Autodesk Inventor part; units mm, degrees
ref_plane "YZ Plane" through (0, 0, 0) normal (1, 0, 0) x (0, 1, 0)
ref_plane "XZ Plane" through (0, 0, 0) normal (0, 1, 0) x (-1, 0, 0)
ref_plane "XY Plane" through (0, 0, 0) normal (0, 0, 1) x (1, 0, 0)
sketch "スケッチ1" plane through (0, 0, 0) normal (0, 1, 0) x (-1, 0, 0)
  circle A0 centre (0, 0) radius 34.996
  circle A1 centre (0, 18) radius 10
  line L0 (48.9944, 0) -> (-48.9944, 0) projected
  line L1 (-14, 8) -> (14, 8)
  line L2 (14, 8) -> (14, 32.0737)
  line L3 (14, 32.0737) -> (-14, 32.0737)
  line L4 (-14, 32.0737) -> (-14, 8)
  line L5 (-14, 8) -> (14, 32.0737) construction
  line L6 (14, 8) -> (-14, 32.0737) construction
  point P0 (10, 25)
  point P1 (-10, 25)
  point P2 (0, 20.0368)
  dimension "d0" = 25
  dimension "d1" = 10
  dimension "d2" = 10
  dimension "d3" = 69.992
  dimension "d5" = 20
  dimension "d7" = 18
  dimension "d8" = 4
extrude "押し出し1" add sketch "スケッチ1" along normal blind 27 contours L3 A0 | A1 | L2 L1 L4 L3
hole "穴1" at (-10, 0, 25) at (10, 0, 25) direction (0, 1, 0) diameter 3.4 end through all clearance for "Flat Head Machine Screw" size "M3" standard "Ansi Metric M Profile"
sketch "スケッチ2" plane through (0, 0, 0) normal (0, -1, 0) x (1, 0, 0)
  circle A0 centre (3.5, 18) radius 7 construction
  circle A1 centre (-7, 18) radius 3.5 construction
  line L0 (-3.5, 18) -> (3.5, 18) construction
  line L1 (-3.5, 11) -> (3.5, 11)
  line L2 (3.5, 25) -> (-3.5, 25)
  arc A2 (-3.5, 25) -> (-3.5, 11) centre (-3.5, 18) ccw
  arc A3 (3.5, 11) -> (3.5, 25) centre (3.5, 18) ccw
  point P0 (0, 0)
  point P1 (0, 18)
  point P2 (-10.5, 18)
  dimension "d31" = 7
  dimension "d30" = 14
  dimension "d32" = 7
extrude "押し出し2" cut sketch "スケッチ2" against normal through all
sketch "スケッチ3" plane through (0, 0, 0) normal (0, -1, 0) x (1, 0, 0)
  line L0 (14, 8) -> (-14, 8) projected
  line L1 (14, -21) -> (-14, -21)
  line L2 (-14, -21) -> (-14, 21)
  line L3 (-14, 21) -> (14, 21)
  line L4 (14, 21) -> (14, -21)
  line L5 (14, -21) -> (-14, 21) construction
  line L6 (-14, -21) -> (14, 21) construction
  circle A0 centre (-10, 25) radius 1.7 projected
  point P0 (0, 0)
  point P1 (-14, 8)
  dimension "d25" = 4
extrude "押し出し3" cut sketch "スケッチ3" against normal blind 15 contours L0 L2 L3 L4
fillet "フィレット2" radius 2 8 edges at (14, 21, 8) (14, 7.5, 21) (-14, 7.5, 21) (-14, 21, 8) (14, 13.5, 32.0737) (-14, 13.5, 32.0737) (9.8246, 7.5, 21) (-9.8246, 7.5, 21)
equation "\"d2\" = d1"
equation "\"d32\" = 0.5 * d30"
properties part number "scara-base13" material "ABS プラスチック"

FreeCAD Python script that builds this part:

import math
import FreeCAD as App
import Part
import Sketcher


def edges_at(feature, points):
    """Names of the edges that pass closest to the given points."""
    edges = feature.Shape.Edges
    near = lambda p: min(range(len(edges)), key=lambda i: edges[i].distToShape(Part.Vertex(*p))[0])
    return sorted({f"Edge{near(p) + 1}" for p in points})

doc = App.newDocument("Part")
body = doc.addObject("PartDesign::Body", "Body")

sketch1 = body.newObject("Sketcher::SketchObject", "Sketch")
sketch1.AttachmentSupport = (doc.getObject("XZ_Plane"), [""])
sketch1.MapMode = "FlatFace"
sketch1.addGeometry([
    Part.ArcOfCircle(Part.Circle(App.Vector(0, 0, 0), App.Vector(0, 0, 1), 34.996), math.radians(66.418986), math.radians(113.581014)),
    Part.LineSegment(App.Vector(14, 32.0737, 0), App.Vector(14, 8, 0)),
    Part.LineSegment(App.Vector(14, 8, 0), App.Vector(-14, 8, 0)),
    Part.LineSegment(App.Vector(-14, 8, 0), App.Vector(-14, 32.0737, 0)),
], False)
sketch1.addConstraint([
    Sketcher.Constraint("Coincident", 0, 1, 1, 1),
    Sketcher.Constraint("Coincident", 1, 2, 2, 1),
    Sketcher.Constraint("Coincident", 2, 2, 3, 1),
    Sketcher.Constraint("Coincident", 3, 2, 0, 2),
    Sketcher.Constraint("Vertical", 1),
    Sketcher.Constraint("Horizontal", 2),
    Sketcher.Constraint("Vertical", 3),
    Sketcher.Constraint("Coincident", 0, 3, -1, 1),
    Sketcher.Constraint("Horizontal", 0, 1, 3, 2),
    Sketcher.Constraint("Radius", 0, 34.996),
    Sketcher.Constraint("DistanceX", 2, 2, 2, 1, 28.0),
    Sketcher.Constraint("DistanceY", -1, 1, 1, 2, 8.0),
])
pad1 = body.newObject("PartDesign::Pad", "Pad")
pad1.Profile = sketch1
pad1.Length = 27
pad1.Reversed = True

sketch2 = body.newObject("Sketcher::SketchObject", "Sketch001")
sketch2.AttachmentSupport = (doc.getObject("XZ_Plane"), [""])
sketch2.MapMode = "FlatFace"
sketch2.addGeometry([
    Part.Circle(App.Vector(-10, 25, 0), App.Vector(0, 0, 1), 1.7),
    Part.Circle(App.Vector(10, 25, 0), App.Vector(0, 0, 1), 1.7),
], False)
sketch2.addConstraint([
    Sketcher.Constraint("Equal", 0, 1),
    Sketcher.Constraint("Symmetric", 0, 3, 1, 3, -2),
    Sketcher.Constraint("Diameter", 0, 3.4),
    Sketcher.Constraint("DistanceX", 0, 3, -1, 1, 10.0),
    Sketcher.Constraint("DistanceY", -1, 1, 0, 3, 25.0),
])
doc.recompute()
hole = body.newObject("PartDesign::Hole", "Hole")
hole.Profile = sketch2
hole.ThreadType = "None"
hole.Diameter = 3.4
hole.DepthType = "ThroughAll"

sketch3 = body.newObject("Sketcher::SketchObject", "Sketch002")
sketch3.AttachmentSupport = (doc.getObject("XZ_Plane"), [""])
sketch3.MapMode = "FlatFace"
sketch3.addGeometry([
    Part.ArcOfCircle(Part.Circle(App.Vector(-3.5, 18, 0), App.Vector(0, 0, 1), 7), math.radians(90), math.radians(270)),
    Part.LineSegment(App.Vector(-3.5, 11, 0), App.Vector(3.5, 11, 0)),
    Part.ArcOfCircle(Part.Circle(App.Vector(3.5, 18, 0), App.Vector(0, 0, 1), 7), math.radians(-90), math.radians(90)),
    Part.LineSegment(App.Vector(3.5, 25, 0), App.Vector(-3.5, 25, 0)),
], False)
sketch3.addConstraint([
    Sketcher.Constraint("Tangent", 0, 2, 1, 1),
    Sketcher.Constraint("Tangent", 1, 2, 2, 1),
    Sketcher.Constraint("Tangent", 2, 2, 3, 1),
    Sketcher.Constraint("Tangent", 3, 2, 0, 1),
    Sketcher.Constraint("Horizontal", 1),
    Sketcher.Constraint("Horizontal", 3),
    Sketcher.Constraint("Radius", 0, 7.0),
    Sketcher.Constraint("DistanceX", 1, 1, 1, 2, 7.0),
    Sketcher.Constraint("DistanceY", -1, 1, 0, 3, 18.0),
    Sketcher.Constraint("DistanceX", 0, 3, -1, 1, 3.5),
])
pocket1 = body.newObject("PartDesign::Pocket", "Pocket")
pocket1.Profile = sketch3
pocket1.Type = "ThroughAll"

sketch4 = body.newObject("Sketcher::SketchObject", "Sketch003")
sketch4.AttachmentSupport = (doc.getObject("XZ_Plane"), [""])
sketch4.MapMode = "FlatFace"
sketch4.addGeometry([
    Part.LineSegment(App.Vector(-14, 8, 0), App.Vector(14, 8, 0)),
    Part.LineSegment(App.Vector(14, 8, 0), App.Vector(14, 21, 0)),
    Part.LineSegment(App.Vector(14, 21, 0), App.Vector(-14, 21, 0)),
    Part.LineSegment(App.Vector(-14, 21, 0), App.Vector(-14, 8, 0)),
], False)
sketch4.addConstraint([
    Sketcher.Constraint("Coincident", 0, 2, 1, 1),
    Sketcher.Constraint("Coincident", 1, 2, 2, 1),
    Sketcher.Constraint("Coincident", 2, 2, 3, 1),
    Sketcher.Constraint("Coincident", 3, 2, 0, 1),
    Sketcher.Constraint("Horizontal", 0),
    Sketcher.Constraint("Vertical", 1),
    Sketcher.Constraint("Horizontal", 2),
    Sketcher.Constraint("Vertical", 3),
    Sketcher.Constraint("DistanceX", 0, 1, 0, 2, 28.0),
    Sketcher.Constraint("DistanceY", 1, 1, 1, 2, 13.0),
    Sketcher.Constraint("DistanceX", -1, 1, 0, 2, 14.0),
    Sketcher.Constraint("DistanceY", -1, 1, 0, 2, 8.0),
])
pocket2 = body.newObject("PartDesign::Pocket", "Pocket001")
pocket2.Profile = sketch4
pocket2.Length = 15
doc.recompute()

fillet = body.newObject("PartDesign::Fillet", "Fillet")
fillet.Base = (pocket2, edges_at(pocket2, [
    (14, 21, 8),
    (14, 7.5, 21),
    (-14, 7.5, 21),
    (-14, 21, 8),
    (14, 13.5, 32.074),
    (-14, 13.5, 32.074),
    (9.825, 7.5, 21),
    (-9.825, 7.5, 21),
]))
fillet.Radius = 2

doc.recompute()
━━━
Directions for this task: Transcribe the records above from the line holding "line L3 (14, 32.0737) -> (-14, 32.0737)" down to the line holding "L2 L1 L4 L3", inclusive, without adding anything.

Task output:
  line L3 (14, 32.0737) -> (-14, 32.0737)
  line L4 (-14, 32.0737) -> (-14, 8)
  line L5 (-14, 8) -> (14, 32.0737) construction
  line L6 (14, 8) -> (-14, 32.0737) construction
  point P0 (10, 25)
  point P1 (-10, 25)
  point P2 (0, 20.0368)
  dimension "d0" = 25
  dimension "d1" = 10
  dimension "d2" = 10
  dimension "d3" = 69.992
  dimension "d5" = 20
  dimension "d7" = 18
  dimension "d8" = 4
extrude "押し出し1" add sketch "スケッチ1" along normal blind 27 contours L3 A0 | A1 | L2 L1 L4 L3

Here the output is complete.